Stored items from a collection:
────────────────

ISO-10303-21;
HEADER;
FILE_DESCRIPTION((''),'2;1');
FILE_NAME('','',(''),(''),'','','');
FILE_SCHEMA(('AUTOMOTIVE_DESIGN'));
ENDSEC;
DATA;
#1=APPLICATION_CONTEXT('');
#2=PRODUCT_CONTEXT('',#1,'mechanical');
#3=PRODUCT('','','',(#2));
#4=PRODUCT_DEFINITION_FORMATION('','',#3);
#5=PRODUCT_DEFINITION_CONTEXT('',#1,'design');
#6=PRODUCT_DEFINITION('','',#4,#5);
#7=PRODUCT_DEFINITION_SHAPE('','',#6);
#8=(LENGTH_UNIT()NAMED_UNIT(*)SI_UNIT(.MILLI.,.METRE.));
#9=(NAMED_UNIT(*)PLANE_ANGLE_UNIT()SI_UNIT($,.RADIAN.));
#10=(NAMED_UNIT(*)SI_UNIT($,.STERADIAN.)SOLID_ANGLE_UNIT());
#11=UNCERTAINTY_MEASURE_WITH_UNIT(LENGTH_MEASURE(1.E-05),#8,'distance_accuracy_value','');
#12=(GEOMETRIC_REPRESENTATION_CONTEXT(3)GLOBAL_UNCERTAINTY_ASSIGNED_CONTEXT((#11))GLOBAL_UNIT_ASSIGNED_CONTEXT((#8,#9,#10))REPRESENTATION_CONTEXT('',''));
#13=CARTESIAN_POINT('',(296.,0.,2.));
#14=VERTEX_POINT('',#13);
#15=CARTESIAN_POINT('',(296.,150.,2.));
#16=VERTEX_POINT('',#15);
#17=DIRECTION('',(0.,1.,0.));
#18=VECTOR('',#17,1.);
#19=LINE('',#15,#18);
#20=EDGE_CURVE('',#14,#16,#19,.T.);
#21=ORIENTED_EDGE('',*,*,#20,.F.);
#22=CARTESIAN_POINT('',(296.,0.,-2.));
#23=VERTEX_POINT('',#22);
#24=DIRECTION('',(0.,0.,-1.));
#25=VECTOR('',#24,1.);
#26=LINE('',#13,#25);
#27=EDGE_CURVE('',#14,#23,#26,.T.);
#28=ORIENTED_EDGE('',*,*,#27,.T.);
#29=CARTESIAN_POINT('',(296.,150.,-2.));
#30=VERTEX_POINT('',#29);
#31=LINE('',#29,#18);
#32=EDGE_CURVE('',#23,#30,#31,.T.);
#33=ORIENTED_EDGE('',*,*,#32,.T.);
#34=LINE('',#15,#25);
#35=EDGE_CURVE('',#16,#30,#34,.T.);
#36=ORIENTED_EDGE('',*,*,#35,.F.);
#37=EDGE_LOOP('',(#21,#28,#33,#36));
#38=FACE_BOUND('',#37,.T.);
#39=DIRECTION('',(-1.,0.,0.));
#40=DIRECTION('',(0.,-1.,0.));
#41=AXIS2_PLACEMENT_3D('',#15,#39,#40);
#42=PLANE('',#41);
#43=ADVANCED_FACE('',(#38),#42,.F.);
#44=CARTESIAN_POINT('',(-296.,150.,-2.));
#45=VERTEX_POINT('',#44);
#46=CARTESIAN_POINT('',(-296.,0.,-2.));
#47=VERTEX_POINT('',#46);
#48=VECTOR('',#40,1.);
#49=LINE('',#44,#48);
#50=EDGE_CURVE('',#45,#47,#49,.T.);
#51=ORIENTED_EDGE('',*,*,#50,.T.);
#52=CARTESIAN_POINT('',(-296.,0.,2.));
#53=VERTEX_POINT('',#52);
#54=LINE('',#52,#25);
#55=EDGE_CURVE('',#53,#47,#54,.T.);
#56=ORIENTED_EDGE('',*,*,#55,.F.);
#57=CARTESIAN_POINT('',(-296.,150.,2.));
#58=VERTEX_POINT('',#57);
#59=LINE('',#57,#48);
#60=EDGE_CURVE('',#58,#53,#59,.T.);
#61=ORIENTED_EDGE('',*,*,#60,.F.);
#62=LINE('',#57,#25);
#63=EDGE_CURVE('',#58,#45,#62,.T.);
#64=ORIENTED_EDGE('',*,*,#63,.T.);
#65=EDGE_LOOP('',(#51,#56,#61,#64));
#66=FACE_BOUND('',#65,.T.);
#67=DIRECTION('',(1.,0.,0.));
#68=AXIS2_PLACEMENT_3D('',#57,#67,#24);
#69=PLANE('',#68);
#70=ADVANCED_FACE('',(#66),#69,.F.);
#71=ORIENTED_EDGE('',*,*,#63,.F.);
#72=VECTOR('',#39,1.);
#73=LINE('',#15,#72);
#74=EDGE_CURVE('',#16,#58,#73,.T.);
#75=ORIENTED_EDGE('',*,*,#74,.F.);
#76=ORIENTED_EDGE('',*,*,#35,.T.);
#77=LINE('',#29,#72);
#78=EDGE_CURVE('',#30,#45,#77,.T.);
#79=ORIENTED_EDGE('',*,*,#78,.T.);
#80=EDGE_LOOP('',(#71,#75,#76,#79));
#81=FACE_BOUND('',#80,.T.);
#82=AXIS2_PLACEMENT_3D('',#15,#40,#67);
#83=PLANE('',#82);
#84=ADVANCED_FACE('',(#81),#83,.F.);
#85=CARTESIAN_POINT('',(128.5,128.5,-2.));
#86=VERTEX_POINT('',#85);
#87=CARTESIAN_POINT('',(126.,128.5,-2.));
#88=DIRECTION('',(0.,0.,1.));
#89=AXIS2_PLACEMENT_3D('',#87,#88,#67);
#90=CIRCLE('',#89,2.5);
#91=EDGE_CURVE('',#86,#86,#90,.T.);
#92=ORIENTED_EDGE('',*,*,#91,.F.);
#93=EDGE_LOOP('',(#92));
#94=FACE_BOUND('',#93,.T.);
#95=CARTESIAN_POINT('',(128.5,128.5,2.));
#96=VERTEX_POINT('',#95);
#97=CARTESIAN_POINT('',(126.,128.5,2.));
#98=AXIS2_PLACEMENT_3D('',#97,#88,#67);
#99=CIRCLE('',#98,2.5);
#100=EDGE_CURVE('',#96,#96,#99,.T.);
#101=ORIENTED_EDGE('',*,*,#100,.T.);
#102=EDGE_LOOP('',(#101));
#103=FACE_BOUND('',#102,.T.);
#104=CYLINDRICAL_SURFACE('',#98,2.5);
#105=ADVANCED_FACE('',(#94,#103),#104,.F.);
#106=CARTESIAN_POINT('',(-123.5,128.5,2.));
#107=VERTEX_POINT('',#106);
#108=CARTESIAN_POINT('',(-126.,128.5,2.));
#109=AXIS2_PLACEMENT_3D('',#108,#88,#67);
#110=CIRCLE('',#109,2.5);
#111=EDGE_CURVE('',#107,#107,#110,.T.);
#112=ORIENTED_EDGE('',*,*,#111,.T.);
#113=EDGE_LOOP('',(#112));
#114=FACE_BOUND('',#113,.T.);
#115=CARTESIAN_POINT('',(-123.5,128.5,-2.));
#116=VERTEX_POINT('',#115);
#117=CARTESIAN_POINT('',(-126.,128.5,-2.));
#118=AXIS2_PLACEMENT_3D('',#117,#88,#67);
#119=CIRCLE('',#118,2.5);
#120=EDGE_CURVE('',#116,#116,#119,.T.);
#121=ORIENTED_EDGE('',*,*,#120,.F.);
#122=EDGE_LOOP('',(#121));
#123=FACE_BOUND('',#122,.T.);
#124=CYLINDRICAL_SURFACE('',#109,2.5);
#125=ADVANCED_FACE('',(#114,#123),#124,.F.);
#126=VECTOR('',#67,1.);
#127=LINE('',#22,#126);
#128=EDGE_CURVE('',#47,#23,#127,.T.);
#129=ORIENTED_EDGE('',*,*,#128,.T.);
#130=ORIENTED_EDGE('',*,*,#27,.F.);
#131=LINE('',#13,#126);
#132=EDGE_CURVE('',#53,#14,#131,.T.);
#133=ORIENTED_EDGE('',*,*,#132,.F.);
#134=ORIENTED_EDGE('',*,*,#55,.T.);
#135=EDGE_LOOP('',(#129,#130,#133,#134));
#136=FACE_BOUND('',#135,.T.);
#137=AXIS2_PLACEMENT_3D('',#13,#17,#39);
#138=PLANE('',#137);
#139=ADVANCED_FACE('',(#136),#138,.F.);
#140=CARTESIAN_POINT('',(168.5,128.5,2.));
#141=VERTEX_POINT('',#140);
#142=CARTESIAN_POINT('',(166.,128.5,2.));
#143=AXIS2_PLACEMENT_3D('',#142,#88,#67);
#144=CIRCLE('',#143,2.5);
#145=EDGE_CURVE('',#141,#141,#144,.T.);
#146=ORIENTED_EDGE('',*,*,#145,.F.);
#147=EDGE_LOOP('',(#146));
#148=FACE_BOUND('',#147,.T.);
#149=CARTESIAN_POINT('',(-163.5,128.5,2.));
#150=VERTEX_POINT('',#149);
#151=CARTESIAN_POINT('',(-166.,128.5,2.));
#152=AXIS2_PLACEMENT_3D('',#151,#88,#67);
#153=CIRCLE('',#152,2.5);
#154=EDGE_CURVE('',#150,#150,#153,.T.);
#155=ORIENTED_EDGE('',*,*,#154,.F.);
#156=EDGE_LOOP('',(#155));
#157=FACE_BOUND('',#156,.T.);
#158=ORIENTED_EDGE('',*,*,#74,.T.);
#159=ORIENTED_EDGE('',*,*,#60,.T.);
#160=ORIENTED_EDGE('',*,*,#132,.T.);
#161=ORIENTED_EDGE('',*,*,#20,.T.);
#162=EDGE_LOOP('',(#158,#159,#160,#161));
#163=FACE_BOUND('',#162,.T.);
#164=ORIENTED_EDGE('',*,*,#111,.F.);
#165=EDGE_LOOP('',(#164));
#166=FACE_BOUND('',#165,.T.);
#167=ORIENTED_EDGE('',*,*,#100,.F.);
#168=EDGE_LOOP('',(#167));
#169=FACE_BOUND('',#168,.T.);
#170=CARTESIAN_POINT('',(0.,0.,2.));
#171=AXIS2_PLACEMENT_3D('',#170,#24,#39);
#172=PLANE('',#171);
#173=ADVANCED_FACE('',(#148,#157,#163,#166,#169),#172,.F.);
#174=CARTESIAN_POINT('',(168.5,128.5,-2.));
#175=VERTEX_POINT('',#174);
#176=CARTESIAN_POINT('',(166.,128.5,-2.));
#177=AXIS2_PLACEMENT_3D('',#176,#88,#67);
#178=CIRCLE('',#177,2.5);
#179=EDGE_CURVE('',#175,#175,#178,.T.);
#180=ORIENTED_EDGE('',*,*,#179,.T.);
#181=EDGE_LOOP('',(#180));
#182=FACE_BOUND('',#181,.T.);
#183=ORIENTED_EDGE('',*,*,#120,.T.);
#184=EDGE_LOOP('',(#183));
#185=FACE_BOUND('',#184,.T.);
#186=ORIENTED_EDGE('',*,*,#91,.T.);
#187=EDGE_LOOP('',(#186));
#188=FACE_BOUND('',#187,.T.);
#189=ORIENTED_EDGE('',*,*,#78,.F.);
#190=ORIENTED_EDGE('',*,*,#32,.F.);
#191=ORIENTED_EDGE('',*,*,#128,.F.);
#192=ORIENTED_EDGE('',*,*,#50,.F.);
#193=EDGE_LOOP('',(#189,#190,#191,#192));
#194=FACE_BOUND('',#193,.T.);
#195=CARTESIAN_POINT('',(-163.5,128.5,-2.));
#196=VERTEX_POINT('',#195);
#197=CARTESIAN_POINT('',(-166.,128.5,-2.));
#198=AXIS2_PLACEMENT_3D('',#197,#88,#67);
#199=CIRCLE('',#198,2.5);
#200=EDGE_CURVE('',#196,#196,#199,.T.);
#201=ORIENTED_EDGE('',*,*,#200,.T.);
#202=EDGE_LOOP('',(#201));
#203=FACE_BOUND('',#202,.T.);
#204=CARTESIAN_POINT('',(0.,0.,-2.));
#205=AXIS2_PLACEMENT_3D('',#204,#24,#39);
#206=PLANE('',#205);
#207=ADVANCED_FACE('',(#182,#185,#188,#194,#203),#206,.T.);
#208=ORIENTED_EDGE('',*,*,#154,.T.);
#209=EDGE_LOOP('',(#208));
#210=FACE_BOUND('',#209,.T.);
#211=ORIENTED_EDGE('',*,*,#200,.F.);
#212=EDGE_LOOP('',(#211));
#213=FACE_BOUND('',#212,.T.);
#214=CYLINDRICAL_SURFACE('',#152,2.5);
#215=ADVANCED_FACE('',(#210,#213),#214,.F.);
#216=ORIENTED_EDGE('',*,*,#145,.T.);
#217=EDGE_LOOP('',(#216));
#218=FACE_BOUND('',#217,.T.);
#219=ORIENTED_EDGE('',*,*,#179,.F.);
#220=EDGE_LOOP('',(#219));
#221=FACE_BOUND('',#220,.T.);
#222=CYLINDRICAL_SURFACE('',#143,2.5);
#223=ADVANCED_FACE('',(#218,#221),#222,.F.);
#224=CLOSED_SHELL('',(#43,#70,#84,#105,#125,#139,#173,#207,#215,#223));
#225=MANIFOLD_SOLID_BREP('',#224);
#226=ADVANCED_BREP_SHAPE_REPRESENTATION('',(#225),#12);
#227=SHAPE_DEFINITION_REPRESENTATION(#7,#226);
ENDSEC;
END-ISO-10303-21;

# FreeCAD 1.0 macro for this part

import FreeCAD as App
import Part
import Sketcher
from FreeCAD import Vector
Q = App.Units.Quantity


def add_polygon(sketch, points):
    """Adds a closed chain of lines whose ends are joined by coincident constraints."""
    first, n = sketch.GeometryCount, len(points)
    for a, b in zip(points, points[1:] + points[:1]):
        sketch.addGeometry(Part.LineSegment(App.Vector(*a, 0), App.Vector(*b, 0)), False)
    for i in range(n):
        sketch.addConstraint(Sketcher.Constraint("Coincident", first + i, 2, first + (i + 1) % n, 1))

doc = App.newDocument("Part")
body = doc.addObject("PartDesign::Body", "Body")

# Sketch on XY plane
sketch1 = body.newObject("Sketcher::SketchObject", "Sketch")
sketch1.AttachmentSupport = (doc.getObject("XY_Plane"), [""])
sketch1.MapMode = "FlatFace"
add_polygon(sketch1, [(-296, 150), (-296, 0), (296, 0), (296, 150)])  # lines 0-3
sketch1.addConstraint([
    Sketcher.Constraint("Vertical", 0),
    Sketcher.Constraint("Horizontal", 1),
    Sketcher.Constraint("Vertical", 2),
    Sketcher.Constraint("Horizontal", 3),
    Sketcher.Constraint("Symmetric", 0, 2, 1, 2, -1, 1),
    Sketcher.Constraint("DistanceX", 1, 1, 1, 2, Q("592 mm")),
    Sketcher.Constraint("DistanceY", 0, 2, 0, 1, Q("150 mm")),
])
pad1 = body.newObject("PartDesign::Pad", "Pad")
pad1.Profile = sketch1
pad1.Length = 4
pad1.Midplane = True

# Sketch on XY plane
sketch2 = body.newObject("Sketcher::SketchObject", "Sketch001")
sketch2.AttachmentSupport = (doc.getObject("XY_Plane"), [""])
sketch2.MapMode = "FlatFace"
sketch2.AttachmentOffset = App.Placement(Vector(0, 0, 2), App.Rotation())
sketch2.addGeometry([
    Part.Circle(Vector(-166, 128.5, 0), Vector(0, 0, 1), 2.5),
    Part.Circle(Vector(-126, 128.5, 0), Vector(0, 0, 1), 2.5),
    Part.Circle(Vector(126, 128.5, 0), Vector(0, 0, 1), 2.5),
    Part.Circle(Vector(166, 128.5, 0), Vector(0, 0, 1), 2.5),
], False)
sketch2.addConstraint([
    Sketcher.Constraint("Equal", 0, 1),
    Sketcher.Constraint("Equal", 1, 2),
    Sketcher.Constraint("Equal", 2, 3),
    Sketcher.Constraint("Symmetric", 1, 3, 2, 3, -2),
    Sketcher.Constraint("Symmetric", 0, 3, 3, 3, -2),
    Sketcher.Constraint("Horizontal", 0, 3, 1, 3),
    Sketcher.Constraint("Diameter", 0, Q("5 mm")),
    Sketcher.Constraint("DistanceX", 0, 3, -1, 1, Q("166 mm")),
    Sketcher.Constraint("DistanceX", 1, 3, -1, 1, Q("126 mm")),
    Sketcher.Constraint("DistanceY", -1, 1, 0, 3, Q("128.5 mm")),
])
doc.recompute()
hole = body.newObject("PartDesign::Hole", "Hole")
hole.Profile = sketch2
hole.ThreadType = "None"
hole.Diameter = 5
hole.DepthType = "ThroughAll"

doc.recompute()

────────────────

Goal of the exercise:
Reproduce the lines of the entries above from the one with "#163=FACE_BOUND('',#162,.T.);" to the one with "#222=CYLINDRICAL_SURFACE('',#143,2.5);", both included, exactly and without any other line.

Exercise result:
#163=FACE_BOUND('',#162,.T.);
#164=ORIENTED_EDGE('',*,*,#111,.F.);
#165=EDGE_LOOP('',(#164));
#166=FACE_BOUND('',#165,.T.);
#167=ORIENTED_EDGE('',*,*,#100,.F.);
#168=EDGE_LOOP('',(#167));
#169=FACE_BOUND('',#168,.T.);
#170=CARTESIAN_POINT('',(0.,0.,2.));
#171=AXIS2_PLACEMENT_3D('',#170,#24,#39);
#172=PLANE('',#171);
#173=ADVANCED_FACE('',(#148,#157,#163,#166,#169),#172,.F.);
#174=CARTESIAN_POINT('',(168.5,128.5,-2.));
#175=VERTEX_POINT('',#174);
#176=CARTESIAN_POINT('',(166.,128.5,-2.));
#177=AXIS2_PLACEMENT_3D('',#176,#88,#67);
#178=CIRCLE('',#177,2.5);
#179=EDGE_CURVE('',#175,#175,#178,.T.);
#180=ORIENTED_EDGE('',*,*,#179,.T.);
#181=EDGE_LOOP('',(#180));
#182=FACE_BOUND('',#181,.T.);
#183=ORIENTED_EDGE('',*,*,#120,.T.);
#184=EDGE_LOOP('',(#183));
#185=FACE_BOUND('',#184,.T.);
#186=ORIENTED_EDGE('',*,*,#91,.T.);
#187=EDGE_LOOP('',(#186));
#188=FACE_BOUND('',#187,.T.);
#189=ORIENTED_EDGE('',*,*,#78,.F.);
#190=ORIENTED_EDGE('',*,*,#32,.F.);
#191=ORIENTED_EDGE('',*,*,#128,.F.);
#192=ORIENTED_EDGE('',*,*,#50,.F.);
#193=EDGE_LOOP('',(#189,#190,#191,#192));
#194=FACE_BOUND('',#193,.T.);
#195=CARTESIAN_POINT('',(-163.5,128.5,-2.));
#196=VERTEX_POINT('',#195);
#197=CARTESIAN_POINT('',(-166.,128.5,-2.));
#198=AXIS2_PLACEMENT_3D('',#197,#88,#67);
#199=CIRCLE('',#198,2.5);
#200=EDGE_CURVE('',#196,#196,#199,.T.);
#201=ORIENTED_EDGE('',*,*,#200,.T.);
#202=EDGE_LOOP('',(#201));
#203=FACE_BOUND('',#202,.T.);
#204=CARTESIAN_POINT('',(0.,0.,-2.));
#205=AXIS2_PLACEMENT_3D('',#204,#24,#39);
#206=PLANE('',#205);
#207=ADVANCED_FACE('',(#182,#185,#188,#194,#203),#206,.T.);
#208=ORIENTED_EDGE('',*,*,#154,.T.);
#209=EDGE_LOOP('',(#208));
#210=FACE_BOUND('',#209,.T.);
#211=ORIENTED_EDGE('',*,*,#200,.F.);
#212=EDGE_LOOP('',(#211));
#213=FACE_BOUND('',#212,.T.);
#214=CYLINDRICAL_SURFACE('',#152,2.5);
#215=ADVANCED_FACE('',(#210,#213),#214,.F.);
#216=ORIENTED_EDGE('',*,*,#145,.T.);
#217=EDGE_LOOP('',(#216));
#218=FACE_BOUND('',#217,.T.);
#219=ORIENTED_EDGE('',*,*,#179,.F.);
#220=EDGE_LOOP('',(#219));
#221=FACE_BOUND('',#220,.T.);
#222=CYLINDRICAL_SURFACE('',#143,2.5);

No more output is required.